Я уже привык не разделять.
***
Одна из Александрий, 48 год до н.э.
Пламя лизало свитки, превращая мудрость веков в пепел. Маша, в льняном хитоне и с короткой рыженькой стрижкой под мальчика, вытаскивала из огня рукопись Архимеда. За спиной гремели мечи римлян.
— Прекрати! — схватил её за запястье старый библиотекарь. — Цезарь сжёг флот, огонь перекинулся...
— Знаю, — вырвалась она, суя свиток за пазуху. — Но это не причина жечь знания.
Она бросилась к выходу, обгоняя падающие балки. На улице, в дыму, её ждал Эратосфен — седой, с лицом, изрезанным морщинами глубже, чем карта звёздного неба.
— Ты спасла «О механике»?
— Не всё. — Она вытерла сажу со лба. — Ваш Цезарь — идиот.
— Он полководец. Для него знание — оружие.
— Тогда я украду это оружие. — Она достала из складок хитона медный диск с зубчатыми шестернями. — Спасибо за чертежи.
Эратосфен
Через неделю Цезарь получил «подарок» — механизм, взорвавшийся при попытке запустить его. Маша же, с обожжёнными рыжими волосами, плыла в Рим на корабле работорговцев, напевая песню египетских жрецов о разливах Нила.
***
— Так ты изобрела первую бомбу? — спросил я, пробираясь за ней по ледяному тоннелю.
— Нет. Первую — в Атлантиде. Но там всё сложнее, с искажением времени и пространства. Потому и ищут до сих пор.
Стены пещеры светились бирюзовым, как экран старого монитора. В центре грота стоял кристалл — точная копия уничтоженного на Урале, но больше. От него тянулись нити света, вплетаясь в камень под нашим домом.
— Сеть, — прошептала Маша. — Они соединены.
— Кто «они»?
— Те, кто был до нас. Те, кто решил, что вечность — это право, а не проклятие.
Она коснулась кристалла, и пещера исчезла.
***
Флоренция, 1503 год.
Леонардо отшвырнул кисть, оставив на холсте кляксу вместо улыбки Джоконды.
— Не выходит! Она должна быть живой!
— Попробуй добавить грусть, — предложила Маша, разглядывая эскизы летательного аппарата. — Или страх. Бессмертные редко улыбаются.
Художник обернулся, заметив, как она крутит в руках шестерни его механического льва.

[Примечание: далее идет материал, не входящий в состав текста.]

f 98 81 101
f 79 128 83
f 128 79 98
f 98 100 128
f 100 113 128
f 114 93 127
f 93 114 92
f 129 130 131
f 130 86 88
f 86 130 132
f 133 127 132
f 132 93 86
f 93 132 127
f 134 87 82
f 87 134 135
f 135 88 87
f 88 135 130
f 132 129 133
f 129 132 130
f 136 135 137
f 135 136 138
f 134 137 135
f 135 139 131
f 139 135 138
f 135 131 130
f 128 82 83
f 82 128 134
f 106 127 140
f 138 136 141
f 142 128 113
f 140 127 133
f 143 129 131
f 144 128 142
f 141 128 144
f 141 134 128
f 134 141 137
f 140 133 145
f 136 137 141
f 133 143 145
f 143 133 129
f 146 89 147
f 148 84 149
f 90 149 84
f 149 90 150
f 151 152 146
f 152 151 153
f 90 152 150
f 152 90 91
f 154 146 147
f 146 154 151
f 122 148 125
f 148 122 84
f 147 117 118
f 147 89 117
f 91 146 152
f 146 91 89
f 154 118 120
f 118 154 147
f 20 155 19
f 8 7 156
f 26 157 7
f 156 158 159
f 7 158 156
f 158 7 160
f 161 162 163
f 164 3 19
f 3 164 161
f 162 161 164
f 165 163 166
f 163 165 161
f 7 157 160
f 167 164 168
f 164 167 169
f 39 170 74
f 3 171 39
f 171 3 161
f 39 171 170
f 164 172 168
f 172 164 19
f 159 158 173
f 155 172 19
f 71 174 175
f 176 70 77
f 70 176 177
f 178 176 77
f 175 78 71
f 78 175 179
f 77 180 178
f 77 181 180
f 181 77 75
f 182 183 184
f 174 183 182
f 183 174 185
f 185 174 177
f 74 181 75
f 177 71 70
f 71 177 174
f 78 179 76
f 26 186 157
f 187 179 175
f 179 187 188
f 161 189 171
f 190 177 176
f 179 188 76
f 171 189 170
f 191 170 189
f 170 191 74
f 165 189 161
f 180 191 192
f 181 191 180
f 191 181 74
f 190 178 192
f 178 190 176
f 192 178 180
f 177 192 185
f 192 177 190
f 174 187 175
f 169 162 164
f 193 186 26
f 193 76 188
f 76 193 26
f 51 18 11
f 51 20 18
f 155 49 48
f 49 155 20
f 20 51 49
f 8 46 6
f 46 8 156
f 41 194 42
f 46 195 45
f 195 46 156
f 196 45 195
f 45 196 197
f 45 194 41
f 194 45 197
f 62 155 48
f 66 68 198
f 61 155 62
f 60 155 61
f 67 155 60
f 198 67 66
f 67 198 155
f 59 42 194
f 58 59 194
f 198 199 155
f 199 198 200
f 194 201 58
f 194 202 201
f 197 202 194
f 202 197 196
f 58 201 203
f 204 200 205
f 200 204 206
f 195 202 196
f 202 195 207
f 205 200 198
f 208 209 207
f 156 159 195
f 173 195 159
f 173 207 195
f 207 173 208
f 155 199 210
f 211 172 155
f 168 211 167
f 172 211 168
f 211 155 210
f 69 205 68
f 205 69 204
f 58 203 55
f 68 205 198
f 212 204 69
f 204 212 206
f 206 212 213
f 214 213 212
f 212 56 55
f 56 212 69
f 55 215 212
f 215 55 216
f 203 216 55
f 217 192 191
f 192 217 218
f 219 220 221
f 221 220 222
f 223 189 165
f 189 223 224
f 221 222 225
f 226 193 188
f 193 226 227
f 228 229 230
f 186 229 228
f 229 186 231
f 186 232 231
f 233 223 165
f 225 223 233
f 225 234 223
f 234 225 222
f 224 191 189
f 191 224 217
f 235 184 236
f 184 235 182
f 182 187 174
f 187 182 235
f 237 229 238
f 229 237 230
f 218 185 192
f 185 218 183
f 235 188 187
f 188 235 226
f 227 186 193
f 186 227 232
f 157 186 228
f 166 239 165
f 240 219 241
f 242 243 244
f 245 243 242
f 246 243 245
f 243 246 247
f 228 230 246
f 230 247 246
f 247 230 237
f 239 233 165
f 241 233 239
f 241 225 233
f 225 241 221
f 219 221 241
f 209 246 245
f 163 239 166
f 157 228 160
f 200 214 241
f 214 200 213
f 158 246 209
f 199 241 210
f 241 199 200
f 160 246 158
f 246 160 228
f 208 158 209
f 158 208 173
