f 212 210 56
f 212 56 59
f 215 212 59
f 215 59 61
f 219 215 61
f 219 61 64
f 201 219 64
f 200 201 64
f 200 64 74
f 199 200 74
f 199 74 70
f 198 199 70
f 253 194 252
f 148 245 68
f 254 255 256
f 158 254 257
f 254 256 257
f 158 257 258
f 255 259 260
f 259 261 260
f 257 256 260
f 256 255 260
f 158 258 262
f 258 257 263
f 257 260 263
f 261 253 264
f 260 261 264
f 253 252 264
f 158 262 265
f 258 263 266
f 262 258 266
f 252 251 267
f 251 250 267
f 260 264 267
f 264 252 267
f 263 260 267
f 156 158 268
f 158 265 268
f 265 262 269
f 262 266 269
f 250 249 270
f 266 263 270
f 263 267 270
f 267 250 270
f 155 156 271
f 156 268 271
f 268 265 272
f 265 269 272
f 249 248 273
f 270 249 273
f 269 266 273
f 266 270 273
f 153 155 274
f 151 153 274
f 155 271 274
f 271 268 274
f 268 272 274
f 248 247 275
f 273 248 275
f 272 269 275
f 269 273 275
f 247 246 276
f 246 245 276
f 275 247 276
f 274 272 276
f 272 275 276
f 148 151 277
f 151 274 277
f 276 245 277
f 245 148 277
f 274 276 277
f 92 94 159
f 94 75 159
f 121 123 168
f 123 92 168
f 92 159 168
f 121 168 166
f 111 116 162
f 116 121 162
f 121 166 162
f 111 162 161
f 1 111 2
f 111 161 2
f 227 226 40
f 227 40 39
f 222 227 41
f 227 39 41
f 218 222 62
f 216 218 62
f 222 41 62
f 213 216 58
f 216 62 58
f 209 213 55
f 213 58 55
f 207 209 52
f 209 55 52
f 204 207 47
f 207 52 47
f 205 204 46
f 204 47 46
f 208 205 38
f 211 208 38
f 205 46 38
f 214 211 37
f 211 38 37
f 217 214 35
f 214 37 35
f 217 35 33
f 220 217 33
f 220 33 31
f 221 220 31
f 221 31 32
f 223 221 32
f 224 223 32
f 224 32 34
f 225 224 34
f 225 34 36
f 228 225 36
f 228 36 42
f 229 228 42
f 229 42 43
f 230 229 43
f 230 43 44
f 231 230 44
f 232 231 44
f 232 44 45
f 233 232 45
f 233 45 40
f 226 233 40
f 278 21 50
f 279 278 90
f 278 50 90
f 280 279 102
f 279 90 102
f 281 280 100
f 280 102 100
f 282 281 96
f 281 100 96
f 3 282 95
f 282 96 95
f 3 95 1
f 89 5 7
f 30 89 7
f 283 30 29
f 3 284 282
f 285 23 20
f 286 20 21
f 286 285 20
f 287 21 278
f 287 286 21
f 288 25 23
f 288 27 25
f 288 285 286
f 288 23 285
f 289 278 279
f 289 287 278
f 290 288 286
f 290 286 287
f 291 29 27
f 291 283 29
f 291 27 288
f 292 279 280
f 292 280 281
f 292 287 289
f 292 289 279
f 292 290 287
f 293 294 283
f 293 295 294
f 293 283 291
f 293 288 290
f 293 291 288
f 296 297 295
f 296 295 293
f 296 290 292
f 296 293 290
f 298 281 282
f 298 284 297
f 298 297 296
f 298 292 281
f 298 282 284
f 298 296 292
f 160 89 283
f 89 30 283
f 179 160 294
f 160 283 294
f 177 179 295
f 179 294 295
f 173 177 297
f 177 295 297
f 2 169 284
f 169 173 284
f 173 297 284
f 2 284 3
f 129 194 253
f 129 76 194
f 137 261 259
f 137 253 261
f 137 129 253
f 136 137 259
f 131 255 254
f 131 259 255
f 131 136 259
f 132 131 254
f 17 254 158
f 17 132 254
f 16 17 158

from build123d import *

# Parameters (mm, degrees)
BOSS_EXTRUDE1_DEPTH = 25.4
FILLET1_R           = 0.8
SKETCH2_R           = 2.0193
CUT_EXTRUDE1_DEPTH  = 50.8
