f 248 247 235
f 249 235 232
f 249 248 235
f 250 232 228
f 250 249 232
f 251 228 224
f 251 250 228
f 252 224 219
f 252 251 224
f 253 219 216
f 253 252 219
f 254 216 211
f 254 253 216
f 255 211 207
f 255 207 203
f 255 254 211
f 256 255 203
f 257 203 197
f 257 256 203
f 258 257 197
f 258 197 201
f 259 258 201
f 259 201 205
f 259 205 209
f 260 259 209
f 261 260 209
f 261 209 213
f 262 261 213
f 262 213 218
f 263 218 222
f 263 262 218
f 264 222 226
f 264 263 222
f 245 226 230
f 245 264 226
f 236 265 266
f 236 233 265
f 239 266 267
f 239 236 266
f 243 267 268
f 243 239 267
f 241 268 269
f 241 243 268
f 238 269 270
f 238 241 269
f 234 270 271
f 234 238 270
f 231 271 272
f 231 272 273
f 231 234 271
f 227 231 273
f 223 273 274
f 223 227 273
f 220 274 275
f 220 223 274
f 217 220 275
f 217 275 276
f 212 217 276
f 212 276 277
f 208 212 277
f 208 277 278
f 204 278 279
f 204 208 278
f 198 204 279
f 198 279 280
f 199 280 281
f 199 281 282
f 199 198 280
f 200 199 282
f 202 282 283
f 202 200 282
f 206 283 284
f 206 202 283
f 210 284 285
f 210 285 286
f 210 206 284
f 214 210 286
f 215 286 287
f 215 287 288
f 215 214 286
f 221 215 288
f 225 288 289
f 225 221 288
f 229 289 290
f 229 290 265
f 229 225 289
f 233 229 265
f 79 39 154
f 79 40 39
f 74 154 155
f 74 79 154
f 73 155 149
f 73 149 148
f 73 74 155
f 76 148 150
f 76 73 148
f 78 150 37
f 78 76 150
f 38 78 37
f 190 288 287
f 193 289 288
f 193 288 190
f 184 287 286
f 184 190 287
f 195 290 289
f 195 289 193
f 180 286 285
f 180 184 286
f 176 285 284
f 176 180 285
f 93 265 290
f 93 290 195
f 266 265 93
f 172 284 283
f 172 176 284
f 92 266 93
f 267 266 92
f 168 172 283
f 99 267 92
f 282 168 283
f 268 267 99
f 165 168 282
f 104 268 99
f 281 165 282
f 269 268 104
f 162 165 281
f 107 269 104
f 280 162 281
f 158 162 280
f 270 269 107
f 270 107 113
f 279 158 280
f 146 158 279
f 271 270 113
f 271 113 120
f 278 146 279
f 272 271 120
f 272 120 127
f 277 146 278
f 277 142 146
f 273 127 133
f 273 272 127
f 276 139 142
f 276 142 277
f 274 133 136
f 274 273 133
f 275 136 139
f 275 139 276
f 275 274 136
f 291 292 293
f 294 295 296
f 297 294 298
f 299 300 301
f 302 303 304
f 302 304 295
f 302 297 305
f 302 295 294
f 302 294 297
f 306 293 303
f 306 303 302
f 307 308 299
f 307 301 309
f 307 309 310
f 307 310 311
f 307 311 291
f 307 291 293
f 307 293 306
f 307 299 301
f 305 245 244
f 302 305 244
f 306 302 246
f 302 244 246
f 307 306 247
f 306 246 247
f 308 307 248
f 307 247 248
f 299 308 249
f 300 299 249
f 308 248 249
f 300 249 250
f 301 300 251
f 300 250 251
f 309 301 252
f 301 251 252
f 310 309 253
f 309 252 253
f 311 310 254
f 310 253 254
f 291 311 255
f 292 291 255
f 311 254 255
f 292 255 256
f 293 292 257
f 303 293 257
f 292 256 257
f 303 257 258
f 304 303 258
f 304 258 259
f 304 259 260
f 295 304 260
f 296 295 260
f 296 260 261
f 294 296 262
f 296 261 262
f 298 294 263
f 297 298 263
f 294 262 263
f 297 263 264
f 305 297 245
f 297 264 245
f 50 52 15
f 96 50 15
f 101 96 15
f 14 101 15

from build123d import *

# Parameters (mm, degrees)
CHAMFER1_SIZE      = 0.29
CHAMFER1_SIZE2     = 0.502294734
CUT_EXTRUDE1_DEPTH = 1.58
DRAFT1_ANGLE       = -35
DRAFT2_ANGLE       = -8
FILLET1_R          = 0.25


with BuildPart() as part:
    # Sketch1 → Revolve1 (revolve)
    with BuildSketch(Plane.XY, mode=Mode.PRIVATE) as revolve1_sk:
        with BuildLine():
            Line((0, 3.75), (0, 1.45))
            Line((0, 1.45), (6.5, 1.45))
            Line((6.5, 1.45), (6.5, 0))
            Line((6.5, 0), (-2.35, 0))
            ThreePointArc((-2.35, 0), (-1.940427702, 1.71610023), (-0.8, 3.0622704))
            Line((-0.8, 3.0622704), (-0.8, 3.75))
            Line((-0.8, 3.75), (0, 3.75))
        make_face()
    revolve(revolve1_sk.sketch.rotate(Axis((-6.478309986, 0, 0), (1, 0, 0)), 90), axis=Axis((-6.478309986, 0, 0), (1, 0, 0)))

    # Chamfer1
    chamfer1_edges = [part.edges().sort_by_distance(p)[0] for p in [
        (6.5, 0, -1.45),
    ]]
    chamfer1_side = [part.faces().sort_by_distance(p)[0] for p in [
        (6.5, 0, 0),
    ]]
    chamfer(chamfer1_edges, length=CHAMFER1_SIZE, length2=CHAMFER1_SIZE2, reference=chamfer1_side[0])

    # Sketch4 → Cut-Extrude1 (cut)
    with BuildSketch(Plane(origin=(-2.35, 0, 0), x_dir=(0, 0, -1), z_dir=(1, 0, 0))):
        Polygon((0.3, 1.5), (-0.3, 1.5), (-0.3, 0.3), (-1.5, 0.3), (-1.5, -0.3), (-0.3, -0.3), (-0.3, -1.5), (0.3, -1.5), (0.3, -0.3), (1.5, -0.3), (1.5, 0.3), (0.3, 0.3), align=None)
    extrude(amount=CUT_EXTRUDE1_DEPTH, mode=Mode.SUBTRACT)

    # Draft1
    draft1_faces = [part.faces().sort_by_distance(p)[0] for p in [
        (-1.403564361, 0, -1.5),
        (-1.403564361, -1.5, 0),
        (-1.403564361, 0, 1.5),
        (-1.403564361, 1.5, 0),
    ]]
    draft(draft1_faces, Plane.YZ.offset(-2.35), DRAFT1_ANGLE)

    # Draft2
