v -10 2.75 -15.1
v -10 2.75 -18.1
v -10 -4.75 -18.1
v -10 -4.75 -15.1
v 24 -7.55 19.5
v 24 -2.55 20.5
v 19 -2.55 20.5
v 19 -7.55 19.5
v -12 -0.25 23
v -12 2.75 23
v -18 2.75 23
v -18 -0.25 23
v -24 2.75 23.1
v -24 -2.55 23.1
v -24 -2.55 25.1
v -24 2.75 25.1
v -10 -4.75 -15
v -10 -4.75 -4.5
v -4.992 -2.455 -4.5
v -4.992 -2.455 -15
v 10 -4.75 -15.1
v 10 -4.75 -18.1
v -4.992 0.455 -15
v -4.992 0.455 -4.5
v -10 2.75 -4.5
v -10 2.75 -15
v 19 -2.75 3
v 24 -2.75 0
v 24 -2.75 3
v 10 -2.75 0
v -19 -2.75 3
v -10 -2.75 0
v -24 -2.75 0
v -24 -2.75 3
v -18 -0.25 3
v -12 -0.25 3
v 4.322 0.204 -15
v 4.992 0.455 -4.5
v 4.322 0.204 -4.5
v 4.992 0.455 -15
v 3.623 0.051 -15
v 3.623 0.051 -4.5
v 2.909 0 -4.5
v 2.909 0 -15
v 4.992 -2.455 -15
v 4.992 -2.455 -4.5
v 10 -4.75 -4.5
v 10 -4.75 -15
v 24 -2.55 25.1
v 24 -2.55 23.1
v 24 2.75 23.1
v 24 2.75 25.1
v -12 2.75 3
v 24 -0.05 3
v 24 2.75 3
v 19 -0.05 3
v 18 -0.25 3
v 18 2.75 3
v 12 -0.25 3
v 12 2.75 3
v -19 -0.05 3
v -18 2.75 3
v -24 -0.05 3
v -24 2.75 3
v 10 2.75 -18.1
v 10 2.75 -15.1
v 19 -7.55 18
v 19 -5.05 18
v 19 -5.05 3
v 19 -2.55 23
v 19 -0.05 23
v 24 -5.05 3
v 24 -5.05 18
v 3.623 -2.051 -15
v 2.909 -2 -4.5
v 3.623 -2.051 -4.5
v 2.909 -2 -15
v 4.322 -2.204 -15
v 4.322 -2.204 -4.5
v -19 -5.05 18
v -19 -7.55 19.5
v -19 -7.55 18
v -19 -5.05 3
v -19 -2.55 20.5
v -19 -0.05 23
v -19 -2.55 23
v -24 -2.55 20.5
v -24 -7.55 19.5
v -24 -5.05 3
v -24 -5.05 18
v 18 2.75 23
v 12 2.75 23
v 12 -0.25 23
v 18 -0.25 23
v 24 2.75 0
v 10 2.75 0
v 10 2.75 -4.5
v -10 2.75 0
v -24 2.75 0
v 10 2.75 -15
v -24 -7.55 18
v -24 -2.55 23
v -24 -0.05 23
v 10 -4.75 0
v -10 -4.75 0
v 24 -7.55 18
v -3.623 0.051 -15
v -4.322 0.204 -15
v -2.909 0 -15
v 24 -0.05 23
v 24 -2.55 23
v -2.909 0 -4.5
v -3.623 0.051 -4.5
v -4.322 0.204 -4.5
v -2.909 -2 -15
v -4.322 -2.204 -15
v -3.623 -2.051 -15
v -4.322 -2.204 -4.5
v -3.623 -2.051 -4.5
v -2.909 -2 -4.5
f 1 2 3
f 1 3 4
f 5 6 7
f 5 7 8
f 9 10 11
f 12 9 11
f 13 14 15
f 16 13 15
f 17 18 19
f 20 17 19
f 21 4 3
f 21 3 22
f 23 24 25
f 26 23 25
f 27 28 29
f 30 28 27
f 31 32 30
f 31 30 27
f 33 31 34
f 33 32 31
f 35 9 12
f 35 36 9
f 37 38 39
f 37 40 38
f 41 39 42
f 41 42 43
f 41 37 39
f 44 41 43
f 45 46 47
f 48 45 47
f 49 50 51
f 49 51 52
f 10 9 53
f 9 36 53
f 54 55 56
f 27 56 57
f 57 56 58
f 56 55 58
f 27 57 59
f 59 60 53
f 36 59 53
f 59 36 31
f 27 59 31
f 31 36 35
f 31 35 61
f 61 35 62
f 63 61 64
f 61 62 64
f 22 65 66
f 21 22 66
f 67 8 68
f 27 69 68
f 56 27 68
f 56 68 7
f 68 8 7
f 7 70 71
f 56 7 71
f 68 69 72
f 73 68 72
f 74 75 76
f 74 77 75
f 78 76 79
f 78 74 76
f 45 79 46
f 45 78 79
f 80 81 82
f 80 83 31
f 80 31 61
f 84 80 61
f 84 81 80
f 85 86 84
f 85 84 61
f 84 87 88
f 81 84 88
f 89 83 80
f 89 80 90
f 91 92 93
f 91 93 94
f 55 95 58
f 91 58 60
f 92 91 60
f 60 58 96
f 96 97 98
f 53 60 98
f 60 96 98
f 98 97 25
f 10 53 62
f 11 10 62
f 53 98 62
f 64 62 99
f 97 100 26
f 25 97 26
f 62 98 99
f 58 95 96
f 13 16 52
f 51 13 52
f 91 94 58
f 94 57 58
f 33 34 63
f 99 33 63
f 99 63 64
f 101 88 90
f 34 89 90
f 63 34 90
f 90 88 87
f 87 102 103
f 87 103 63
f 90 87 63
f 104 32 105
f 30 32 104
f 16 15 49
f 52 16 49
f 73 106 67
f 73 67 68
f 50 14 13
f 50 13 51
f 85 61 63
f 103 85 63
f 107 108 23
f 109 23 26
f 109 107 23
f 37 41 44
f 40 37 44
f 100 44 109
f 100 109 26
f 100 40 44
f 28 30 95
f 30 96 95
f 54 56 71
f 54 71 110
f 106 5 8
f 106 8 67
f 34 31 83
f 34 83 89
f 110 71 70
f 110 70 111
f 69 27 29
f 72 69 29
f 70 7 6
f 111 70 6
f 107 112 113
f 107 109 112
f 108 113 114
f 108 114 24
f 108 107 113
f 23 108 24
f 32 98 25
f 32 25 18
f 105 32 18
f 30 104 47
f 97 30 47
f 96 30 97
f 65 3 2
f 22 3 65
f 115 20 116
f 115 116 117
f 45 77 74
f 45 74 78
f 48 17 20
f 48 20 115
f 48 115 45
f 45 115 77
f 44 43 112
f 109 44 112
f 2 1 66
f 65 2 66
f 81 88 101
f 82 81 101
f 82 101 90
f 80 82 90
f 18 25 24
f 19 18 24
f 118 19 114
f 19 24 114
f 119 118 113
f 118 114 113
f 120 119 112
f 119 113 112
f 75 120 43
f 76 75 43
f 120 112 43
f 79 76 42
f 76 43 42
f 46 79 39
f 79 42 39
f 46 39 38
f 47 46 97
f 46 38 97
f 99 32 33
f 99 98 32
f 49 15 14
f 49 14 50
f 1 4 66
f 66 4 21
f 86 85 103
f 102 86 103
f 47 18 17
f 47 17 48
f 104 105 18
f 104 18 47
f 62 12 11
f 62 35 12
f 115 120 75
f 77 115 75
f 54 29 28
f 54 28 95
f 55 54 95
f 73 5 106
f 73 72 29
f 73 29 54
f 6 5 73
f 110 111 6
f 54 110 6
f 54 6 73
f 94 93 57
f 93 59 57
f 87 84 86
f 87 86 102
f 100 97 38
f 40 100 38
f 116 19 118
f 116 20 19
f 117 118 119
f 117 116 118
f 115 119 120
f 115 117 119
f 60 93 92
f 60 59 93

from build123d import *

# Parameters (mm, degrees)
F0_W      = 14
F0_H      = 5.5
F1_DEPTH  = 3
F0_W_2    = 10
F0_H_2    = 2
F2_DEPTH  = 4.5
F4_DEPTH  = 10.5
F5_W      = 6
F5_H      = 3
F5_W_2    = 5
F5_H_2    = 2.7
F5_H_3    = 2.3
F6_DEPTH  = 15
F6_FACE_W = 6
F6_FACE_H = 3
F7_W      = 5
F7_H      = 2.5
F8_DEPTH  = 5
F10_DEPTH = 5
F12_R     = 5
F13_W     = 20
F13_H     = 3
F14_DEPTH = 7.5
F15_W     = 48
F15_H     = 2
F16_DEPTH = 5.3


# Not quite as in the source:
# - a feature names something its author has since deleted; it is built from what else it names


with BuildPart() as f1:
    # F0 (on Top) → F1 (new body)
    with BuildSketch(Plane.XY):
        with Locations((17, 0)):
            Rectangle(F0_W, F0_H)
        Polygon((0, -2.75), (10, -2.75), (10, 2.75), (-10, 2.75), (-10, -2.75), align=None)
    extrude(amount=F1_DEPTH)

    # F0 (on Top) → F2 (join)
    with BuildSketch(Plane.XY):
        Polygon((0, -2.75), (10, -2.75), (10, 2.75), (-10, 2.75), (-10, -2.75), align=None)
        with Locations((-5, -3.75)):
            Rectangle(F0_W_2, F0_H_2)
        with Locations((5, -3.75)):
            Rectangle(F0_W_2, F0_H_2)
    extrude(amount=-F2_DEPTH)

    # F3 (on face) → F4 (join)
    with BuildSketch(Plane(origin=(0, 0, -4.5), x_dir=(1, 0, 0), z_dir=(0, 0, -1))):
        Polygon((0, -2.75), (10, -2.75), (4, 0), (0, 0), align=None)
        Polygon((-10, -2.75), (0, -2.75), (0, 0), (-4, 0), align=None)
        Polygon((4, 2), (10, 4.75), (0, 4.75), (0, 2), align=None)
        Polygon((-4, 2), (0, 2), (0, 4.75), (-10, 4.75), align=None)
    extrude(amount=F4_DEPTH)

    # F5 (on face) → F6 (join)
    with BuildSketch(Plane.XY.offset(3)):
        with Locations((15, 1.25)):
            Rectangle(F5_W, F5_H)
        with Locations((21.5, -1.4)):
            Rectangle(F5_W_2, F5_H_2)
        with Locations((21.5, -3.9)):
            Rectangle(F5_W_2, F5_H_3)
    extrude(amount=F6_DEPTH)

    # F6_face (on face) + F7 (on face) → F8 (join)
    with BuildSketch(Plane(origin=(21.5, -2.55, 18), x_dir=(1, 0, 0), z_dir=(0, 0, 1))):
        with Locations((-6.5, 3.8)):
            Rectangle(F6_FACE_W, F6_FACE_H)
    with BuildSketch(Plane.XY.offset(18)):
        with Locations((21.5, -1.3)):
            Rectangle(F7_W, F7_H)
    extrude(amount=F8_DEPTH)

    # F9 (on face) → F10 (join)
    with BuildSketch(Plane.YZ.offset(24)):
        Polygon((-5.05, 18), (-2.55, 18), (-2.55, 19.5), (-7.55, 19.5), (-7.55, 18), align=None)
        Polygon((-7.55, 19.5), (-2.55, 19.5), (-2.55, 20.5), align=None)
    extrude(amount=-F10_DEPTH)

    # F11: F1 across plane


with BuildPart() as f1_1:
    add(f1.part)
    add(f1.part.mirror(Plane.YZ))

    # F12
    f12_edges = [f1_1.edges().sort_by_distance(p)[0] for p in [
        (-4, -2, -9.75),
        (4, -2, -9.75),
        (4, 0, -9.75),
        (-4, 0, -9.75),
    ]]
    fillet(f12_edges, radius=F12_R)


with BuildPart() as f14:
    # F13 (on face) → F14 (new body)
    with BuildSketch(Plane.XZ.offset(4.75)):
        with Locations((0, -16.6)):
            Rectangle(F13_W, F13_H)
    extrude(amount=-F14_DEPTH)


with BuildPart() as f16:
    # F15 (on face) → F16 (new body)
    with BuildSketch(Plane.XZ.offset(2.55)):
        with Locations((0, 24.1)):
            Rectangle(F15_W, F15_H)
    extrude(amount=-F16_DEPTH)


solid = Compound([f1_1.part, f14.part, f16.part])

— Ты снова здесь, демонесса?
— Демонесса с хлебом и вином, — она поставила на стол бутыль. — И с вопросом. Зачем ты рисуешь её?
Леонардо да Винчи
Леонардо вздохнул, указывая на чертежи под холстом — схемы сердца, реки, пламени.
— Чтобы понять, что движет людьми. Страх смерти? Жажда жизни?